И снова ему показалось, что где-то в его внутреннем монологе мелькнули слова, которые цепляли и заставляли снова и снова возвращаться к сгоревшему дому в Раздорах. Но какие это слова, Антон так и не понял.
Участкового из Раздоров он нашел в опорном пункте, расположенном на первом этаже двухэтажного кирпичного дома.
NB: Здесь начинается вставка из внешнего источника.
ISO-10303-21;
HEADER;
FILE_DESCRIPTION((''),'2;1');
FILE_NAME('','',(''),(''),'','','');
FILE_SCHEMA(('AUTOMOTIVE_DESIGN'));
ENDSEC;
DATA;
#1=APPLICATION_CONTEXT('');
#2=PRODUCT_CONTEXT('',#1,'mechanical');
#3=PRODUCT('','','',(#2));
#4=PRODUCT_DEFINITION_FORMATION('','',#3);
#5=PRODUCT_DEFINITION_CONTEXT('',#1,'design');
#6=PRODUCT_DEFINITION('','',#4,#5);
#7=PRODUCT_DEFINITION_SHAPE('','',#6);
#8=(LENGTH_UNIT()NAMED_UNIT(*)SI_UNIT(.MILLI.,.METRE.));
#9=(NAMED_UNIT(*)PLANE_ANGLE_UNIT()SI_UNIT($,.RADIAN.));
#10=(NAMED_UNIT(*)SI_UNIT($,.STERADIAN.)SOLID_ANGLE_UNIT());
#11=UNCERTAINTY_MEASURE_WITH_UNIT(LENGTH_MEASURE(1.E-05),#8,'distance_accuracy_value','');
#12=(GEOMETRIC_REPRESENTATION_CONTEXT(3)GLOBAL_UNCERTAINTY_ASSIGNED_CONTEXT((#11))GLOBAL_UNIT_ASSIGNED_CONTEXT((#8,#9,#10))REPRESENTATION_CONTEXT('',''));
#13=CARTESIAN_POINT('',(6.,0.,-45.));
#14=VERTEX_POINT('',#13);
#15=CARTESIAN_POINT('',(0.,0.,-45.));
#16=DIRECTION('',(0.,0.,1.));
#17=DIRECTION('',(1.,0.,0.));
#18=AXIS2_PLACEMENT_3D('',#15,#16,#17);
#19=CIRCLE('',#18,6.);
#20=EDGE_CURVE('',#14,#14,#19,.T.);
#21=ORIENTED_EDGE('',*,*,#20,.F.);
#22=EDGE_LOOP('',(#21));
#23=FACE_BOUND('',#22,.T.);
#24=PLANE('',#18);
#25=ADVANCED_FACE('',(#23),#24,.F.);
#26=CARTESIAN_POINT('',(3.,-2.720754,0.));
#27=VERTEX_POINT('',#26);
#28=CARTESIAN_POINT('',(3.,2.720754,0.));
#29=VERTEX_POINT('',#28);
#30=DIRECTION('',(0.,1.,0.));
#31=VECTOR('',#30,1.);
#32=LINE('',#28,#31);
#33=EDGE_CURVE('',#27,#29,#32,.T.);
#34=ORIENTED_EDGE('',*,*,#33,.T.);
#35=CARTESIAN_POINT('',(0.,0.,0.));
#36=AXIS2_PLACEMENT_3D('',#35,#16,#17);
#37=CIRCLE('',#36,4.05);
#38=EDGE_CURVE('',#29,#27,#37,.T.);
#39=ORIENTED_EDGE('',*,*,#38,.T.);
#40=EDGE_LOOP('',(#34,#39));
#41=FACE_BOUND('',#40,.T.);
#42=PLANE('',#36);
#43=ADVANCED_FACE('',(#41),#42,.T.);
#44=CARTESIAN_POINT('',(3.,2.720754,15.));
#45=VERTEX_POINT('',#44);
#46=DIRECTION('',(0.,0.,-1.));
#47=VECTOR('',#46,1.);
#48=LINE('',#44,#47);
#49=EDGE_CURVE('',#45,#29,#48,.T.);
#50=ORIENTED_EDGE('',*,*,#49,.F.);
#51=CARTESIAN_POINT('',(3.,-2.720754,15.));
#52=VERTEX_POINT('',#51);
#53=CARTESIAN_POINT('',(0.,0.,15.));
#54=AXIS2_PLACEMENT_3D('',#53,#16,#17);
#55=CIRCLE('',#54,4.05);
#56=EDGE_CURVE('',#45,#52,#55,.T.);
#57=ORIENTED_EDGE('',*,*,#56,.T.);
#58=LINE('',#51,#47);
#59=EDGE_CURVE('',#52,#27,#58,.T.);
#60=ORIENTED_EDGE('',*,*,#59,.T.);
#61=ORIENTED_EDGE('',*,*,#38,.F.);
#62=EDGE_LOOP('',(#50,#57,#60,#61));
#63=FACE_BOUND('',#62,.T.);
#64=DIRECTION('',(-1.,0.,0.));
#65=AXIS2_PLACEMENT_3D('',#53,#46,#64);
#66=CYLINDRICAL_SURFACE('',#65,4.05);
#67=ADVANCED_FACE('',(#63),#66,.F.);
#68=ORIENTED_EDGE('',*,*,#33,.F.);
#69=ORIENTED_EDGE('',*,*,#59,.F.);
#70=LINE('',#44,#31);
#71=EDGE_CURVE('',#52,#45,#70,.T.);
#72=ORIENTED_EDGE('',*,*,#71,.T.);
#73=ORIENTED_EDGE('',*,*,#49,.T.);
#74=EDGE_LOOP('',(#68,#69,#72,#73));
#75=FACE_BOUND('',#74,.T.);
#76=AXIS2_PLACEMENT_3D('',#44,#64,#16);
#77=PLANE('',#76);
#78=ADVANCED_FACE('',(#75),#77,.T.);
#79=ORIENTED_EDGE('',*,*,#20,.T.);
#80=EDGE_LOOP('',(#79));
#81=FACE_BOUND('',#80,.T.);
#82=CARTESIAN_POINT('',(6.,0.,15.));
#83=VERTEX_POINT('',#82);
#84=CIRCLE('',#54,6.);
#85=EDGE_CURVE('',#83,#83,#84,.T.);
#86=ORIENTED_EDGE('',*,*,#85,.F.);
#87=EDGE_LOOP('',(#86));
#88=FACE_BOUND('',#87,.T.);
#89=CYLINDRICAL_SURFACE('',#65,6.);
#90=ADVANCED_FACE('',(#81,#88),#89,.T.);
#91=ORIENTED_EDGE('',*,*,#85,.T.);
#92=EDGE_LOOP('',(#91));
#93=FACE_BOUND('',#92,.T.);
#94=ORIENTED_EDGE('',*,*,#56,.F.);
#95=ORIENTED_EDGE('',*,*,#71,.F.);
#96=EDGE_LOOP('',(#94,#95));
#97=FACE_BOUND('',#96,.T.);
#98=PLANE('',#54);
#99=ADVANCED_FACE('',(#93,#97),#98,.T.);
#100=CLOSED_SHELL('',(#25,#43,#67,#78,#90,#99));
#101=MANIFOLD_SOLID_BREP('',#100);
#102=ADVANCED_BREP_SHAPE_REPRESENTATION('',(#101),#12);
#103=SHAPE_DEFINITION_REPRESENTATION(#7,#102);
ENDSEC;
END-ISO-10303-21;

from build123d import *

# Parameters (mm, degrees)
SKETCH1_R           = 6
BOSS_EXTRUDE1_DEPTH = 15
BOSS_EXTRUDE2_START = -45
SKETCH2_R           = 6
BOSS_EXTRUDE2_DEPTH = 45


with BuildPart() as part:
    # Sketch1 → Boss-Extrude1 (new body)
    with BuildSketch(Plane.XY):
        Circle(SKETCH1_R)
        with BuildLine():
            Line((3, 2.720753572), (3, -2.720753572))
            ThreePointArc((3, -2.720753572), (-4.05, 0), (3, 2.720753572))
        make_face(mode=Mode.SUBTRACT)
    extrude(amount=BOSS_EXTRUDE1_DEPTH)

    # Sketch2 → Boss-Extrude2 (add)
    with BuildSketch(Plane.XY.offset(BOSS_EXTRUDE2_START)):
        Circle(SKETCH2_R)
    extrude(amount=BOSS_EXTRUDE2_DEPTH)


solid = part.part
Молодой парень с жестким циничным взглядом маленьких темно-серых глаз разговаривал сначала неохотно, но потом смягчился, поняв, что майора с Петровки не интересует криминальная ситуация в поселке и он не собирается обвинять участкового в том, что тот плохо знает свою территорию, не владеет обстановкой и не защищает должным образом общественный порядок и безопасность населения.
Минут через пятнадцать Антон понял, что участковый дело свое знает очень даже неплохо и информацией обладает в достаточной мере. Еще минут через десять Сташис сделал вывод, что этот парень нашел свой постоянный источник доходов: добрая половина владельцев участков здесь – состоятельные люди, они строятся, нанимают бригады рабочих, и тут уж без нарушений никак не обойтись. А где нарушения – там и деньги за то, чтобы их никто не заметил. Поэтому участковому нужно знать все и обо всех. Противный, конечно, но зато знает много.
Участковый с кривой улыбкой выслушал Антона, после чего высказал собственное мнение: это все вранье.
– Инна Викторовна Ефимова была не из тех, кто свою выгоду упустит, жадная она, – заявил он.
Во как! А вот Борис Ильич утверждает вовсе даже обратное, да и Маклыгины не жаловались. Видимо, причина такого расхождения в оценках состоит в том, что Ефимова этому участковому откупные не платила. Интересно, как это она умудрилась? Насколько Антон знал, сегодня при любом строительстве на территории Москвы и области допускается огромное количество нарушений не только инженерно-технических и архитектурных, но и таких, которые находятся в ведении именно участковых. И совершенно невозможно вести стройку и не дружить с ним. А «дружить» в данном случае означало только одно: платить за то, чтобы он закрывал глаза на кое-какие обстоятельства.
Однако из дальнейшего разговора стало понятно, что на участках Инны Викторовны Ефимовой (теперь уже двух) нет и не было ни одного гастарбайтера, прораб – москвич, у него своя бригада, все жители столицы или Подмосковья, все с регистрацией. Так что зацепить хозяйку участков было не на чем.
– Ну вот, а ты говоришь – жадная! – заметил Сташис. – Была бы жадная, наняла бы работяг, приехавших на заработки, им ведь можно намного меньше платить.